How do I demonstrate an algorithm?

matrix screen

This real life case happened in the first startup competition I participated. One startup was developing a system that used web crawlers and artificial intelligence to map social media posts, categorize and understand whether it was a positive/ negative comment about a product. The applications could stretch far beyond this example, but it wasn’t finished yet.

In cases like this it’s important to show (even if it’s a simplified version) examples of the algorithm results. But more than showing original social media posts and results in an excel sheet, this group did something really cool: they opened the computer, with the raw code and hit play. A really cool (for nerds) matrix-like screen started to show the algorithm in action, interpreting the results. Boom, audience got hooked!

Software Demos: watch for bugs… they’ll happen when you least expect!

The classic “Blue Screen of Death” during Microsoft’s presentation is just one of many fails in software demos. Systems, specially those under development, do crash… a lot! Several things can happen: you’re using a different machine/ device, last minute updated not properly tested, unstable internet connections and even instability on the servers. Still, demos are crucial!

Keywords here are prevention and redundancy:

  1. Prevention: you can prevent most of those potential issues but using a locally hosted demo, exhaustedly tested.
  2. Redundancy: have a more static version (a PDF file) of the screens you intend to navigate. In case something goes wrong, you can alternate windows and move on with your pitch.

A demo is not a full system presentation, though. It must show actions/ results related to the problems you’re trying to solve. You focus on the main features, mimicking a real user. The video below, from Agrylist, 2015 TechCrunch Disrupt SF Winner, is a good example of software demo:

Agrilyst pitch - Demo

Agrilyst pitch at TechCrunch Disrupt 2015 SF

What if I don’t have the software yet?

You can still make a demo. In this case, though, you could use a wireframe (the draft screens of your system) same way we mentioned about the dummy prototypes.

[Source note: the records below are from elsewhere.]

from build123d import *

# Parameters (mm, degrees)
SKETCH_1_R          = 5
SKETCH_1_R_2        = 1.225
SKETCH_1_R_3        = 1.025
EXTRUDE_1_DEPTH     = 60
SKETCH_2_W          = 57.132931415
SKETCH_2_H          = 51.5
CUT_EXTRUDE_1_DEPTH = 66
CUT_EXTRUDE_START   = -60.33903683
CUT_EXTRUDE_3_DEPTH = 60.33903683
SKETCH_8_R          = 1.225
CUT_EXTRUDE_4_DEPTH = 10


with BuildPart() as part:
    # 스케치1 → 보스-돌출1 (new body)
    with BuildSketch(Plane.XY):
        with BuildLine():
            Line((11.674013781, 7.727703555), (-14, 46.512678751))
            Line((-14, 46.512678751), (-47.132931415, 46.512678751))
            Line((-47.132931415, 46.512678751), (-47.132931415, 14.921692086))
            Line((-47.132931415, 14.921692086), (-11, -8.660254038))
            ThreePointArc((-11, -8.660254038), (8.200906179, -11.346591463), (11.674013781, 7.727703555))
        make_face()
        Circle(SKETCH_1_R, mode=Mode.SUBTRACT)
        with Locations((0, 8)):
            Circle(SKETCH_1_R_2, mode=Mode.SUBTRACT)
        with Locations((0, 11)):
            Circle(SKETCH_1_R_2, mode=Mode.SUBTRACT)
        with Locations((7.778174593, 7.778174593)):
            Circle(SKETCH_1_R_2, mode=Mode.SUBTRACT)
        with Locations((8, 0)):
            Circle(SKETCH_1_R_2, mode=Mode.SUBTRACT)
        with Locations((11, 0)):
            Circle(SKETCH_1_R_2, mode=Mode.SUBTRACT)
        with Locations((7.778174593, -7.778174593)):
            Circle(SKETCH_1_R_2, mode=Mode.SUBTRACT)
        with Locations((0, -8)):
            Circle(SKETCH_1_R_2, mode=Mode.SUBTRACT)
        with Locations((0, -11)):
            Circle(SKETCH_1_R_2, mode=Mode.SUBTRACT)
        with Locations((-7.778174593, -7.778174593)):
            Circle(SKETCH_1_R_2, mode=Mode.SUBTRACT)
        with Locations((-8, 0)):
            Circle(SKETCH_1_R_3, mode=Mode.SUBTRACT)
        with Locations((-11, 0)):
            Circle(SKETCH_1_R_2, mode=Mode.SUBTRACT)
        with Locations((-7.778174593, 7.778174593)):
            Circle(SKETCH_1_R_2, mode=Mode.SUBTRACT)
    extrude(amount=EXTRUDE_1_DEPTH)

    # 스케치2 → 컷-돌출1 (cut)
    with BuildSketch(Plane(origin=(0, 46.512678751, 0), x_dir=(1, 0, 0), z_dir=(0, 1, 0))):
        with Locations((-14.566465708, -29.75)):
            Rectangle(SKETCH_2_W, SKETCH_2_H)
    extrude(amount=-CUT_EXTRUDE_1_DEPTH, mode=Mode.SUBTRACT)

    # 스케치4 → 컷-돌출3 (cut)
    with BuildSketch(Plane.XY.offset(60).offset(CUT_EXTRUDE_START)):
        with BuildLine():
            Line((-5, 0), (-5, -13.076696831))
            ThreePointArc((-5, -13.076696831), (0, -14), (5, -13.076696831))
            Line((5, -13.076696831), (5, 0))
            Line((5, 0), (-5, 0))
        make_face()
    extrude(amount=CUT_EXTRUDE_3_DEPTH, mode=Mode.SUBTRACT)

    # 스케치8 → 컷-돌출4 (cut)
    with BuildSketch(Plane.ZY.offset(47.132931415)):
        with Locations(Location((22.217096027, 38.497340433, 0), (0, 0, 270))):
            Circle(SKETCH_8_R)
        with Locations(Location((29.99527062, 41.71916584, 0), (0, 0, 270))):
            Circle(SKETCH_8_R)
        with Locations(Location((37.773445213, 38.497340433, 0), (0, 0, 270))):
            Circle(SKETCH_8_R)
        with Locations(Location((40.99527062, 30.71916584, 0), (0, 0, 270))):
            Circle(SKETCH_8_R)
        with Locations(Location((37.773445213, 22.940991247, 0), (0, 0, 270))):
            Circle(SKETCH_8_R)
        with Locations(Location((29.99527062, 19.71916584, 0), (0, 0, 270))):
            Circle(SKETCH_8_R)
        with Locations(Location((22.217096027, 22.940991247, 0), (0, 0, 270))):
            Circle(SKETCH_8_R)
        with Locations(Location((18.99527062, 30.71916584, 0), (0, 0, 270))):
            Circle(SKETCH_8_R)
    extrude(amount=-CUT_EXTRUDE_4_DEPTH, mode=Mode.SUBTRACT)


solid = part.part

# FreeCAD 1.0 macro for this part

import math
import FreeCAD as App
import Part
import Sketcher

doc = App.newDocument("Part")
body = doc.addObject("PartDesign::Body", "Body")

# Sketch on XY plane
sketch1 = body.newObject("Sketcher::SketchObject", "Sketch")
sketch1.AttachmentSupport = (doc.getObject("XY_Plane"), [""])
sketch1.MapMode = "FlatFace"
sketch1.addGeometry(Part.LineSegment(App.Vector(11.7, 7.7, 0), App.Vector(-14, 46.5, 0)), False)
sketch1.addGeometry(Part.LineSegment(App.Vector(-14, 46.5, 0), App.Vector(-47.1, 46.5, 0)), False)
sketch1.addGeometry(Part.LineSegment(App.Vector(-47.1, 46.5, 0), App.Vector(-47.1, 14.9, 0)), False)
sketch1.addGeometry(Part.LineSegment(App.Vector(-47.1, 14.9, 0), App.Vector(-11, -8.7, 0)), False)
sketch1.addGeometry(Part.ArcOfCircle(Part.Circle(App.Vector(0, 0, 0), App.Vector(0, 0, 1), 14), math.radians(-142), math.radians(34)), False)
sketch1.addGeometry(Part.Circle(App.Vector(-7.8, -7.8, 0), App.Vector(0, 0, 1), 1.2), False)
sketch1.addGeometry(Part.Circle(App.Vector(0, -11, 0), App.Vector(0, 0, 1), 1.2), False)
sketch1.addGeometry(Part.Circle(App.Vector(0, -8, 0), App.Vector(0, 0, 1), 1.2), False)
sketch1.addGeometry(Part.Circle(App.Vector(7.8, -7.8, 0), App.Vector(0, 0, 1), 1.2), False)
sketch1.addGeometry(Part.Circle(App.Vector(-11, 0, 0), App.Vector(0, 0, 1), 1.2), False)
sketch1.addGeometry(Part.Circle(App.Vector(-8, 0, 0), App.Vector(0, 0, 1), 1), False)
sketch1.addGeometry(Part.Circle(App.Vector(0, 0, 0), App.Vector(0, 0, 1), 5), False)
sketch1.addGeometry(Part.Circle(App.Vector(-7.8, 7.8, 0), App.Vector(0, 0, 1), 1.2), False)
sketch1.addGeometry(Part.Circle(App.Vector(0, 8, 0), App.Vector(0, 0, 1), 1.2), False)
sketch1.addGeometry(Part.Circle(App.Vector(0, 11, 0), App.Vector(0, 0, 1), 1.2), False)
sketch1.addGeometry(Part.Circle(App.Vector(8, 0, 0), App.Vector(0, 0, 1), 1.2), False)
sketch1.addGeometry(Part.Circle(App.Vector(11, 0, 0), App.Vector(0, 0, 1), 1.2), False)
sketch1.addGeometry(Part.Circle(App.Vector(7.8, 7.8, 0), App.Vector(0, 0, 1), 1.2), False)
sketch1.addConstraint(Sketcher.Constraint("Coincident", 0, 2, 1, 1))
sketch1.addConstraint(Sketcher.Constraint("Coincident", 1, 2, 2, 1))
sketch1.addConstraint(Sketcher.Constraint("Coincident", 2, 2, 3, 1))
sketch1.addConstraint(Sketcher.Constraint("Coincident", 3, 2, 4, 1))
sketch1.addConstraint(Sketcher.Constraint("Tangent", 4, 2, 0, 1))
sketch1.addConstraint(Sketcher.Constraint("Horizontal", 1))
sketch1.addConstraint(Sketcher.Constraint("Vertical", 2))
sketch1.addConstraint(Sketcher.Constraint("Coincident", 4, 3, -1, 1))
sketch1.addConstraint(Sketcher.Constraint("Coincident", 11, 3, -1, 1))
sketch1.addConstraint(Sketcher.Constraint("Equal", 5, 6))
sketch1.addConstraint(Sketcher.Constraint("Equal", 6, 7))
sketch1.addConstraint(Sketcher.Constraint("Equal", 7, 8))
sketch1.addConstraint(Sketcher.Constraint("Equal", 8, 9))
sketch1.addConstraint(Sketcher.Constraint("Equal", 9, 12))
sketch1.addConstraint(Sketcher.Constraint("Equal", 12, 13))
sketch1.addConstraint(Sketcher.Constraint("Equal", 13, 14))
sketch1.addConstraint(Sketcher.Constraint("Equal", 14, 15))
sketch1.addConstraint(Sketcher.Constraint("Equal", 15, 16))
sketch1.addConstraint(Sketcher.Constraint("Equal", 16, 17))
sketch1.addConstraint(Sketcher.Constraint("Symmetric", 8, 3, 12, 3, -1, 1))
sketch1.addConstraint(Sketcher.Constraint("Symmetric", 7, 3, 13, 3, -1, 1))
sketch1.addConstraint(Sketcher.Constraint("Symmetric", 6, 3, 14, 3, -1, 1))
sketch1.addConstraint(Sketcher.Constraint("Symmetric", 10, 3, 15, 3, -1, 1))
sketch1.addConstraint(Sketcher.Constraint("Symmetric", 9, 3, 16, 3, -1, 1))
sketch1.addConstraint(Sketcher.Constraint("Symmetric", 5, 3, 17, 3, -1, 1))
sketch1.addConstraint(Sketcher.Constraint("Symmetric", 5, 3, 8, 3, -2))
sketch1.addConstraint(Sketcher.Constraint("PointOnObject", 6, 3, -2))
sketch1.addConstraint(Sketcher.Constraint("PointOnObject", 7, 3, -2))
sketch1.addConstraint(Sketcher.Constraint("PointOnObject", 9, 3, -1))
sketch1.addConstraint(Sketcher.Constraint("PointOnObject", 10, 3, -1))
sketch1.addConstraint(Sketcher.Constraint("Vertical", 9, 3, 3, 2))
sketch1.addConstraint(Sketcher.Constraint("Diameter", 11, 10.0))
sketch1.addConstraint(Sketcher.Constraint("Radius", 4, 14.0))
sketch1.addConstraint(Sketcher.Constraint("Diameter", 5, 2.45))
sketch1.addConstraint(Sketcher.Constraint("Diameter", 10, 2.05))
sketch1.addConstraint(Sketcher.Constraint("DistanceY", 6, 3, -1, 1, 11.0))
sketch1.addConstraint(Sketcher.Constraint("DistanceY", 7, 3, -1, 1, 8.0))
sketch1.addConstraint(Sketcher.Constraint("DistanceX", 9, 3, -1, 1, 11.0))
sketch1.addConstraint(Sketcher.Constraint("DistanceX", 10, 3, -1, 1, 8.0))
sketch1.addConstraint(Sketcher.Constraint("DistanceX", 0, 2, -1, 1, 14.0))
sketch1.addConstraint(Sketcher.Constraint("DistanceX", 1, 2, 1, 1, 33.132931))
sketch1.addConstraint(Sketcher.Constraint("Distance", 0, 46.512679))
sketch1.addConstraint(Sketcher.Constraint("DistanceY", 2, 2, 2, 1, 31.590987))
sketch1.addConstraint(Sketcher.Constraint("DistanceX", 5, 3, 8, 3, 15.556349))
sketch1.addConstraint(Sketcher.Constraint("DistanceY", 5, 3, 12, 3, 15.556349))
pad1 = body.newObject("PartDesign::Pad", "Pad")
pad1.Profile = sketch1
pad1.Length = 60

# Sketch on XZ plane
sketch2 = body.newObject("Sketcher::SketchObject", "Sketch001")
sketch2.AttachmentSupport = (doc.getObject("XZ_Plane"), [""])
sketch2.MapMode = "FlatFace"
sketch2.AttachmentOffset = App.Placement(App.Vector(0, 0, -46.512679), App.Rotation())
sketch2.addGeometry(Part.LineSegment(App.Vector(-43, 4, 0), App.Vector(-43, 56, 0)), False)
sketch2.addGeometry(Part.LineSegment(App.Vector(-43, 56, 0), App.Vector(14, 56, 0)), False)
sketch2.addGeometry(Part.LineSegment(App.Vector(14, 56, 0), App.Vector(14, 4, 0)), False)
sketch2.addGeometry(Part.LineSegment(App.Vector(14, 4, 0), App.Vector(-43, 4, 0)), False)
sketch2.addConstraint(Sketcher.Constraint("Coincident", 0, 2, 1, 1))
sketch2.addConstraint(Sketcher.Constraint("Coincident", 1, 2, 2, 1))
sketch2.addConstraint(Sketcher.Constraint("Coincident", 2, 2, 3, 1))
sketch2.addConstraint(Sketcher.Constraint("Coincident", 3, 2, 0, 1))
sketch2.addConstraint(Sketcher.Constraint("Vertical", 0))
sketch2.addConstraint(Sketcher.Constraint("Horizontal", 1))
sketch2.addConstraint(Sketcher.Constraint("Vertical", 2))
sketch2.addConstraint(Sketcher.Constraint("Horizontal", 3))
sketch2.addConstraint(Sketcher.Constraint("DistanceY", 0, 1, 0, 2, 51.5))
sketch2.addConstraint(Sketcher.Constraint("DistanceX", -1, 1, 1, 2, 14.0))
sketch2.addConstraint(Sketcher.Constraint("DistanceY", -1, 1, 2, 2, 4.0))
sketch2.addConstraint(Sketcher.Constraint("DistanceX", 1, 1, 1, 2, 57.132931))
pocket1 = body.newObject("PartDesign::Pocket", "Pocket")
pocket1.Profile = sketch2
pocket1.Length = 66
pocket1.Reversed = True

Making a fake navigation through wireframe will give put the audience on the same page in terms of the desired solution and show you know what you’re doing… in details.

example of wireframe

example of wireframe – source: http://www.balsamiq.com

There are many online tools to make wireframes. I use Moqups: it’s simple, web-based, and cheap.

If you don’t have a designer to give the wireframe a more professional look, I’d recommend spending a few bucks on Fiverr and hiring a freelance designer to make your screens look less like a high school home project. High quality design is crucial.

Doing demos is one of the most (if not the most)important things you must do in a pitch. I learned this the hard way: on the first startup competition I participated, AgendaPet was not ready yet. I had even hired a second tech team to make an MVP for that competition, but I was insecure with the unfinished product, so I chose to go with static screens on a Prezi. The feedback I got from judges was that the lack of an MVP brought doubts about whether I was capable of delivering my vision. Tough lesson!